ACTIVITY: Whenever a line below includes the string "taken", show it.

GIVEN DATA:
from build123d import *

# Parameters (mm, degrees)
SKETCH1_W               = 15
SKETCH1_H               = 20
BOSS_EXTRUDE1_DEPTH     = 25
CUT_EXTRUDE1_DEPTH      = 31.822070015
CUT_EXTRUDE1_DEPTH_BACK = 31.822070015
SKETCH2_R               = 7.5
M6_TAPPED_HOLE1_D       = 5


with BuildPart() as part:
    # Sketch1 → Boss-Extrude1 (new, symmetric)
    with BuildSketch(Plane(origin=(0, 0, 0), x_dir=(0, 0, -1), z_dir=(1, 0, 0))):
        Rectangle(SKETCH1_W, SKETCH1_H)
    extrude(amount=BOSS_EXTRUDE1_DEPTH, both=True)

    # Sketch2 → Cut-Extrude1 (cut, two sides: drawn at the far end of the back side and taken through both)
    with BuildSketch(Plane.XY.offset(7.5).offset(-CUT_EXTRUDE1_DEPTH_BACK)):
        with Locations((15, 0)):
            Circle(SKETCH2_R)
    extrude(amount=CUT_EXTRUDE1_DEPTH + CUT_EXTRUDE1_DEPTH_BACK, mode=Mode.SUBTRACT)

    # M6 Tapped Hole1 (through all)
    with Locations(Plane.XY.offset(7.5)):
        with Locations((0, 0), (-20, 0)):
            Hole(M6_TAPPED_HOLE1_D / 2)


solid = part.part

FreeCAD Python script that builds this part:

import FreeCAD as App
import Part
import Sketcher
from FreeCAD import Vector
Q = App.Units.Quantity


def add_polygon(sketch, points):
    """Adds a closed chain of lines whose ends are joined by coincident constraints."""
    first, n = sketch.GeometryCount, len(points)
    for a, b in zip(points, points[1:] + points[:1]):
        sketch.addGeometry(Part.LineSegment(App.Vector(*a, 0), App.Vector(*b, 0)), False)
    for i in range(n):
        sketch.addConstraint(Sketcher.Constraint("Coincident", first + i, 2, first + (i + 1) % n, 1))

doc = App.newDocument("Part")
body = doc.addObject("PartDesign::Body", "Body")

# Sketch on YZ plane
sketch1 = doc.addObject("Sketcher::SketchObject", "Sketch")
body.addObject(sketch1)
sketch1.AttachmentSupport = (doc.YZ_Plane, [""])
sketch1.MapMode = "FlatFace"
add_polygon(sketch1, [(10, 8), (-10, 8), (-10, -8), (10, -8)])  # lines 0-3
sketch1.addConstraint([
    Sketcher.Constraint("Horizontal", 0),
    Sketcher.Constraint("Vertical", 1),
    Sketcher.Constraint("Horizontal", 2),
    Sketcher.Constraint("Vertical", 3),
    Sketcher.Constraint("Symmetric", 0, 2, 2, 2, -1, 1),
    Sketcher.Constraint("DistanceX", 0, 2, 0, 1, Q("20 mm")),
    Sketcher.Constraint("DistanceY", 1, 2, 1, 1, Q("15 mm")),
])
pad1 = doc.addObject("PartDesign::Pad", "Pad")
body.addObject(pad1)
pad1.Profile = sketch1
pad1.Length = 50
pad1.Midplane = True

# Sketch on XY plane
sketch2 = doc.addObject("Sketcher::SketchObject", "Sketch001")
body.addObject(sketch2)
sketch2.AttachmentSupport = (doc.XY_Plane, [""])
sketch2.MapMode = "FlatFace"
sketch2.AttachmentOffset = App.Placement(Vector(0, 0, 7.5), App.Rotation())
sketch2.addGeometry(Part.Circle(Vector(15, 0, 0), Vector(0, 0, 1), 8), False)
sketch2.addConstraint([
    Sketcher.Constraint("PointOnObject", 0, 3, -1),
    Sketcher.Constraint("Diameter", 0, Q("15 mm")),
    Sketcher.Constraint("DistanceX", -1, 1, 0, 3, Q("15 mm")),
])
pocket1 = doc.addObject("PartDesign::Pocket", "Pocket")
body.addObject(pocket1)
pocket1.Profile = sketch2
pocket1.Type = "ThroughAll"
pocket1.Midplane = True

# Sketch on XY plane
sketch3 = doc.addObject("Sketcher::SketchObject", "Sketch002")
body.addObject(sketch3)
sketch3.AttachmentSupport = (doc.XY_Plane, [""])
sketch3.MapMode = "FlatFace"
sketch3.AttachmentOffset = App.Placement(Vector(0, 0, 7.5), App.Rotation())
sketch3.addGeometry([
    Part.Circle(Vector(0, 0, 0), Vector(0, 0, 1), 2.5),
    Part.Circle(Vector(-20, 0, 0), Vector(0, 0, 1), 2.5),
], False)
sketch3.addConstraint([
    Sketcher.Constraint("Coincident", 0, 3, -1, 1),
    Sketcher.Constraint("Equal", 0, 1),
    Sketcher.Constraint("PointOnObject", 1, 3, -1),
    Sketcher.Constraint("Diameter", 0, Q("5 mm")),
    Sketcher.Constraint("DistanceX", 1, 3, -1, 1, Q("20 mm")),
])
doc.recompute()
hole = doc.addObject("PartDesign::Hole", "Hole")
body.addObject(hole)
hole.Profile = sketch3
hole.ThreadType = "None"
hole.Diameter = 5
hole.DepthType = "ThroughAll"

doc.recompute()
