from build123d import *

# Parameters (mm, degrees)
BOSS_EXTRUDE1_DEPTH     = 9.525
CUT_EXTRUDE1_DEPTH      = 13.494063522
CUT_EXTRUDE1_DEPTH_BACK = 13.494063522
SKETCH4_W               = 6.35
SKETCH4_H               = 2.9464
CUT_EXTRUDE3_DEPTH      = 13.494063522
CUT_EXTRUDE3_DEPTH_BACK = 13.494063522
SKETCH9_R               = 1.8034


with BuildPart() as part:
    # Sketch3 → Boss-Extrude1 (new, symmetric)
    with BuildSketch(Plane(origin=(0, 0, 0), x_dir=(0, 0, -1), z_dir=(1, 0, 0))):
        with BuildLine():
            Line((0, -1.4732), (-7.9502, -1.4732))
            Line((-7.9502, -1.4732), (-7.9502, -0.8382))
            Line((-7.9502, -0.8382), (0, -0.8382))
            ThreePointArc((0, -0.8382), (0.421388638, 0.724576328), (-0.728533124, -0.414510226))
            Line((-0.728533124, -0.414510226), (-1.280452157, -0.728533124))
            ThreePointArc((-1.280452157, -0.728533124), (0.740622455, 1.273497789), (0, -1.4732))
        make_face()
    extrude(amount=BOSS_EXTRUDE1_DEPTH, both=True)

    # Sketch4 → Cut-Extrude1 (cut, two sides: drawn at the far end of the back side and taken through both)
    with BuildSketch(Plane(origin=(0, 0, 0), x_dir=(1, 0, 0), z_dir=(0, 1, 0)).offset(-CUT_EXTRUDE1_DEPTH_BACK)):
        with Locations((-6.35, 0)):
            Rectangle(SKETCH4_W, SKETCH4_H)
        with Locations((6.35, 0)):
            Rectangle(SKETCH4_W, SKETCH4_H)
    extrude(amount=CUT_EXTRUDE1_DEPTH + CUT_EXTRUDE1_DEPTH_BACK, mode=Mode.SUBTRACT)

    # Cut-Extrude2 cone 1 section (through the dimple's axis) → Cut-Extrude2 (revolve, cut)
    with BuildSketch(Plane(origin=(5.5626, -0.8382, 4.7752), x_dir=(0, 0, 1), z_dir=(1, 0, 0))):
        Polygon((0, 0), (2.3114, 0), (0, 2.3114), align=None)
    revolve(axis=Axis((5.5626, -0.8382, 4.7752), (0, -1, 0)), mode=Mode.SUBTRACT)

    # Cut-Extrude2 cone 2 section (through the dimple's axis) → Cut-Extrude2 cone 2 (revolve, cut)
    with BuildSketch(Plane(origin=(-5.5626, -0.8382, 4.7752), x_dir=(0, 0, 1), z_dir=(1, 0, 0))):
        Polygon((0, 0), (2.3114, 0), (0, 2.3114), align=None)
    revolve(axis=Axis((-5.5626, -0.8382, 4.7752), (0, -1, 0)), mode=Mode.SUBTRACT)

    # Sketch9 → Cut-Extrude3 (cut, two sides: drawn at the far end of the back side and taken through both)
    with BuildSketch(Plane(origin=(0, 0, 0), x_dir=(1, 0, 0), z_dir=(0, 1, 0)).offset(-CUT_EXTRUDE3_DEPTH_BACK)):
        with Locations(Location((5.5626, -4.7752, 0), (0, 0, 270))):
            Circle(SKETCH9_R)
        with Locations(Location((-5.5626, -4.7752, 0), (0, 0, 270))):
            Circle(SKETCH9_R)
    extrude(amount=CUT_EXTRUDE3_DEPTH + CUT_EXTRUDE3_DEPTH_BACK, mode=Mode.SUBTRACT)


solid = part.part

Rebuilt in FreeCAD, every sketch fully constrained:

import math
import FreeCAD as App
import Part
import Sketcher
from FreeCAD import Vector
Q = App.Units.Quantity

doc = App.newDocument("Part")
body = doc.addObject("PartDesign::Body", "Body")

sketch1 = body.newObject("Sketcher::SketchObject", "Sketch")
sketch1.AttachmentSupport = (doc.getObject("YZ_Plane"), [""])
sketch1.MapMode = "FlatFace"
sketch1.addGeometry(Part.LineSegment(Vector(-1.5, 8, 0), Vector(-1.5, 0, 0)), False)
sketch1.addGeometry(Part.ArcOfCircle(Part.Circle(Vector(0, 0, 0), Vector(0, 0, 1), 1.5), math.radians(180), math.radians(480)), False)
sketch1.addGeometry(Part.LineSegment(Vector(-0.7, 1.3, 0), Vector(-0.4, 0.7, 0)), False)
sketch1.addGeometry(Part.ArcOfCircle(Part.Circle(Vector(0, 0, 0), Vector(0, 0, 1), 0.8), math.radians(180), math.radians(480)), False)
sketch1.addGeometry(Part.LineSegment(Vector(-0.8, 0, 0), Vector(-0.8, 8, 0)), False)
sketch1.addGeometry(Part.LineSegment(Vector(-0.8, 8, 0), Vector(-1.5, 8, 0)), False)
sketch1.addConstraint(Sketcher.Constraint("Tangent", 0, 2, 1, 1))
sketch1.addConstraint(Sketcher.Constraint("Coincident", 1, 2, 2, 1))
sketch1.addConstraint(Sketcher.Constraint("Coincident", 2, 2, 3, 2))
sketch1.addConstraint(Sketcher.Constraint("Tangent", 3, 1, 4, 1))
sketch1.addConstraint(Sketcher.Constraint("Coincident", 4, 2, 5, 1))
sketch1.addConstraint(Sketcher.Constraint("Coincident", 5, 2, 0, 1))
sketch1.addConstraint(Sketcher.Constraint("Vertical", 0))
sketch1.addConstraint(Sketcher.Constraint("Vertical", 4))
sketch1.addConstraint(Sketcher.Constraint("Horizontal", 5))
sketch1.addConstraint(Sketcher.Constraint("Coincident", 1, 3, -1, 1))
sketch1.addConstraint(Sketcher.Constraint("Coincident", 3, 3, -1, 1))
sketch1.addConstraint(Sketcher.Constraint("Radius", 1, Q("0.058 in")))
sketch1.addConstraint(Sketcher.Constraint("Radius", 3, Q("0.033 in")))
sketch1.addConstraint(Sketcher.Constraint("DistanceY", 0, 2, 0, 1, Q("0.313 in")))
sketch1.addConstraint(Sketcher.Constraint("DistanceX", 2, 2, -1, 1, 0.41451))
sketch1.addConstraint(Sketcher.Constraint("DistanceY", 2, 2, 1, 2, 0.551919))
pad1 = body.newObject("PartDesign::Pad", "Pad")
pad1.Profile = sketch1
pad1.Length = Q("0.75 in")
pad1.Midplane = True

sketch2 = body.newObject("Sketcher::SketchObject", "Sketch001")
sketch2.AttachmentSupport = (doc.getObject("XZ_Plane"), [""])
sketch2.MapMode = "FlatFace"
sketch2.addGeometry(Part.LineSegment(Vector(-9.5, -1.5, 0), Vector(-9.5, 1.5, 0)), False)
sketch2.addGeometry(Part.LineSegment(Vector(-9.5, 1.5, 0), Vector(-3.2, 1.5, 0)), False)
sketch2.addGeometry(Part.LineSegment(Vector(-3.2, 1.5, 0), Vector(-3.2, -1.5, 0)), False)
sketch2.addGeometry(Part.LineSegment(Vector(-3.2, -1.5, 0), Vector(-9.5, -1.5, 0)), False)
sketch2.addGeometry(Part.LineSegment(Vector(3.2, -1.5, 0), Vector(3.2, 1.5, 0)), False)
sketch2.addGeometry(Part.LineSegment(Vector(3.2, 1.5, 0), Vector(9.5, 1.5, 0)), False)
sketch2.addGeometry(Part.LineSegment(Vector(9.5, 1.5, 0), Vector(9.5, -1.5, 0)), False)
sketch2.addGeometry(Part.LineSegment(Vector(9.5, -1.5, 0), Vector(3.2, -1.5, 0)), False)
sketch2.addConstraint(Sketcher.Constraint("Coincident", 0, 2, 1, 1))
sketch2.addConstraint(Sketcher.Constraint("Coincident", 1, 2, 2, 1))
sketch2.addConstraint(Sketcher.Constraint("Coincident", 2, 2, 3, 1))
sketch2.addConstraint(Sketcher.Constraint("Coincident", 3, 2, 0, 1))
sketch2.addConstraint(Sketcher.Constraint("Coincident", 4, 2, 5, 1))
sketch2.addConstraint(Sketcher.Constraint("Coincident", 5, 2, 6, 1))
sketch2.addConstraint(Sketcher.Constraint("Coincident", 6, 2, 7, 1))
sketch2.addConstraint(Sketcher.Constraint("Coincident", 7, 2, 4, 1))
sketch2.addConstraint(Sketcher.Constraint("Vertical", 0))
sketch2.addConstraint(Sketcher.Constraint("Horizontal", 1))
sketch2.addConstraint(Sketcher.Constraint("Vertical", 2))
sketch2.addConstraint(Sketcher.Constraint("Horizontal", 3))
sketch2.addConstraint(Sketcher.Constraint("Vertical", 4))
sketch2.addConstraint(Sketcher.Constraint("Horizontal", 5))
sketch2.addConstraint(Sketcher.Constraint("Vertical", 6))
sketch2.addConstraint(Sketcher.Constraint("Horizontal", 7))
sketch2.addConstraint(Sketcher.Constraint("Symmetric", 2, 2, 4, 2, -1, 1))
sketch2.addConstraint(Sketcher.Constraint("Symmetric", 0, 2, 6, 2, -1, 1))
sketch2.addConstraint(Sketcher.Constraint("Horizontal", 1, 2, 4, 2))
sketch2.addConstraint(Sketcher.Constraint("DistanceX", 1, 1, 1, 2, Q("0.25 in")))
sketch2.addConstraint(Sketcher.Constraint("DistanceX", 0, 2, 4, 2, Q("0.5 in")))
sketch2.addConstraint(Sketcher.Constraint("DistanceY", 0, 1, 0, 2, Q("0.116 in")))
pocket1 = body.newObject("PartDesign::Pocket", "Pocket")
pocket1.Profile = sketch2
pocket1.Type = "ThroughAll"
pocket1.Midplane = True

sketch3 = body.newObject("Sketcher::SketchObject", "Sketch002")
sketch3.AttachmentSupport = (doc.getObject("YZ_Plane"), [""])
sketch3.MapMode = "FlatFace"
sketch3.AttachmentOffset = App.Placement(Vector(0, 0, 0.219 * 25.4), App.Rotation())
sketch3.addGeometry(Part.LineSegment(Vector(-0.8, 4.8, 0), Vector(-0.8, 7.1, 0)), False)
sketch3.addGeometry(Part.LineSegment(Vector(-0.8, 7.1, 0), Vector(-3.1, 4.8, 0)), False)
sketch3.addGeometry(Part.LineSegment(Vector(-3.1, 4.8, 0), Vector(-0.8, 4.8, 0)), False)
sketch3.addGeometry(Part.LineSegment(Vector(-0.8, 4.8, 0), Vector(-3.1, 4.8, 0)), True)
sketch3.addConstraint(Sketcher.Constraint("Coincident", 0, 2, 1, 1))
sketch3.addConstraint(Sketcher.Constraint("Coincident", 1, 2, 2, 1))
sketch3.addConstraint(Sketcher.Constraint("Coincident", 2, 2, 0, 1))
sketch3.addConstraint(Sketcher.Constraint("Vertical", 0))
sketch3.addConstraint(Sketcher.Constraint("Horizontal", 2))
sketch3.addConstraint(Sketcher.Constraint("Horizontal", 3))
sketch3.addConstraint(Sketcher.Constraint("Coincident", 3, 1, 2, 2))
sketch3.addConstraint(Sketcher.Constraint("Equal", 2, 3))
sketch3.addConstraint(Sketcher.Constraint("Equal", 3, 0))
sketch3.addConstraint(Sketcher.Constraint("DistanceX", 2, 1, 2, 2, Q("0.091 in")))
sketch3.addConstraint(Sketcher.Constraint("DistanceX", 0, 2, -1, 1, Q("0.033 in")))
sketch3.addConstraint(Sketcher.Constraint("DistanceY", -1, 1, 0, 2, Q("0.279 in")))
groove = body.newObject("PartDesign::Groove", "Groove")
groove.Profile = sketch3
groove.ReferenceAxis = (sketch3, ["Axis0"])
groove.Angle = 360

sketch4 = body.newObject("Sketcher::SketchObject", "Sketch003")
sketch4.AttachmentSupport = (doc.getObject("YZ_Plane"), [""])
sketch4.MapMode = "FlatFace"
sketch4.AttachmentOffset = App.Placement(Vector(0, 0, -0.219 * 25.4), App.Rotation())
sketch4.addGeometry(Part.LineSegment(Vector(-0.8, 4.8, 0), Vector(-0.8, 7.1, 0)), False)
sketch4.addGeometry(Part.LineSegment(Vector(-0.8, 7.1, 0), Vector(-3.1, 4.8, 0)), False)
sketch4.addGeometry(Part.LineSegment(Vector(-3.1, 4.8, 0), Vector(-0.8, 4.8, 0)), False)
sketch4.addGeometry(Part.LineSegment(Vector(-0.8, 4.8, 0), Vector(-3.1, 4.8, 0)), True)
sketch4.addConstraint(Sketcher.Constraint("Coincident", 0, 2, 1, 1))
sketch4.addConstraint(Sketcher.Constraint("Coincident", 1, 2, 2, 1))
sketch4.addConstraint(Sketcher.Constraint("Coincident", 2, 2, 0, 1))
sketch4.addConstraint(Sketcher.Constraint("Vertical", 0))
sketch4.addConstraint(Sketcher.Constraint("Horizontal", 2))
sketch4.addConstraint(Sketcher.Constraint("Horizontal", 3))
sketch4.addConstraint(Sketcher.Constraint("Coincident", 3, 1, 2, 2))
sketch4.addConstraint(Sketcher.Constraint("Equal", 2, 3))
sketch4.addConstraint(Sketcher.Constraint("Equal", 3, 0))
sketch4.addConstraint(Sketcher.Constraint("DistanceX", 2, 1, 2, 2, Q("0.091 in")))
sketch4.addConstraint(Sketcher.Constraint("DistanceX", 0, 2, -1, 1, Q("0.033 in")))
sketch4.addConstraint(Sketcher.Constraint("DistanceY", -1, 1, 0, 2, Q("0.279 in")))
groove2 = body.newObject("PartDesign::Groove", "Groove001")
groove2.Profile = sketch4
groove2.ReferenceAxis = (sketch4, ["Axis0"])
groove2.Angle = 360

sketch5 = body.newObject("Sketcher::SketchObject", "Sketch004")
sketch5.AttachmentSupport = (doc.getObject("XZ_Plane"), [""])
sketch5.MapMode = "FlatFace"
sketch5.addGeometry(Part.Circle(Vector(5.6, 4.8, 0), Vector(0, 0, 1), 1.8), False)
sketch5.addGeometry(Part.Circle(Vector(-5.6, 4.8, 0), Vector(0, 0, 1), 1.8), False)
sketch5.addConstraint(Sketcher.Constraint("Equal", 0, 1))
sketch5.addConstraint(Sketcher.Constraint("Symmetric", 0, 3, 1, 3, -2))
sketch5.addConstraint(Sketcher.Constraint("Diameter", 0, Q("0.142 in")))
sketch5.addConstraint(Sketcher.Constraint("DistanceX", -1, 1, 0, 3, Q("0.219 in")))
sketch5.addConstraint(Sketcher.Constraint("DistanceY", -1, 1, 0, 3, Q("0.188 in")))
pocket2 = body.newObject("PartDesign::Pocket", "Pocket001")
pocket2.Profile = sketch5
pocket2.Type = "ThroughAll"
pocket2.Midplane = True

doc.recompute()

THE ANSWER:
    # Sketch2 → Cut-Extrude1 (cut, two sides: drawn at the far end of the back side and taken through both)
    # Sketch4 → Cut-Extrude1 (cut, two sides: drawn at the far end of the back side and taken through both)
    # Sketch9 → Cut-Extrude3 (cut, two sides: drawn at the far end of the back side and taken through both)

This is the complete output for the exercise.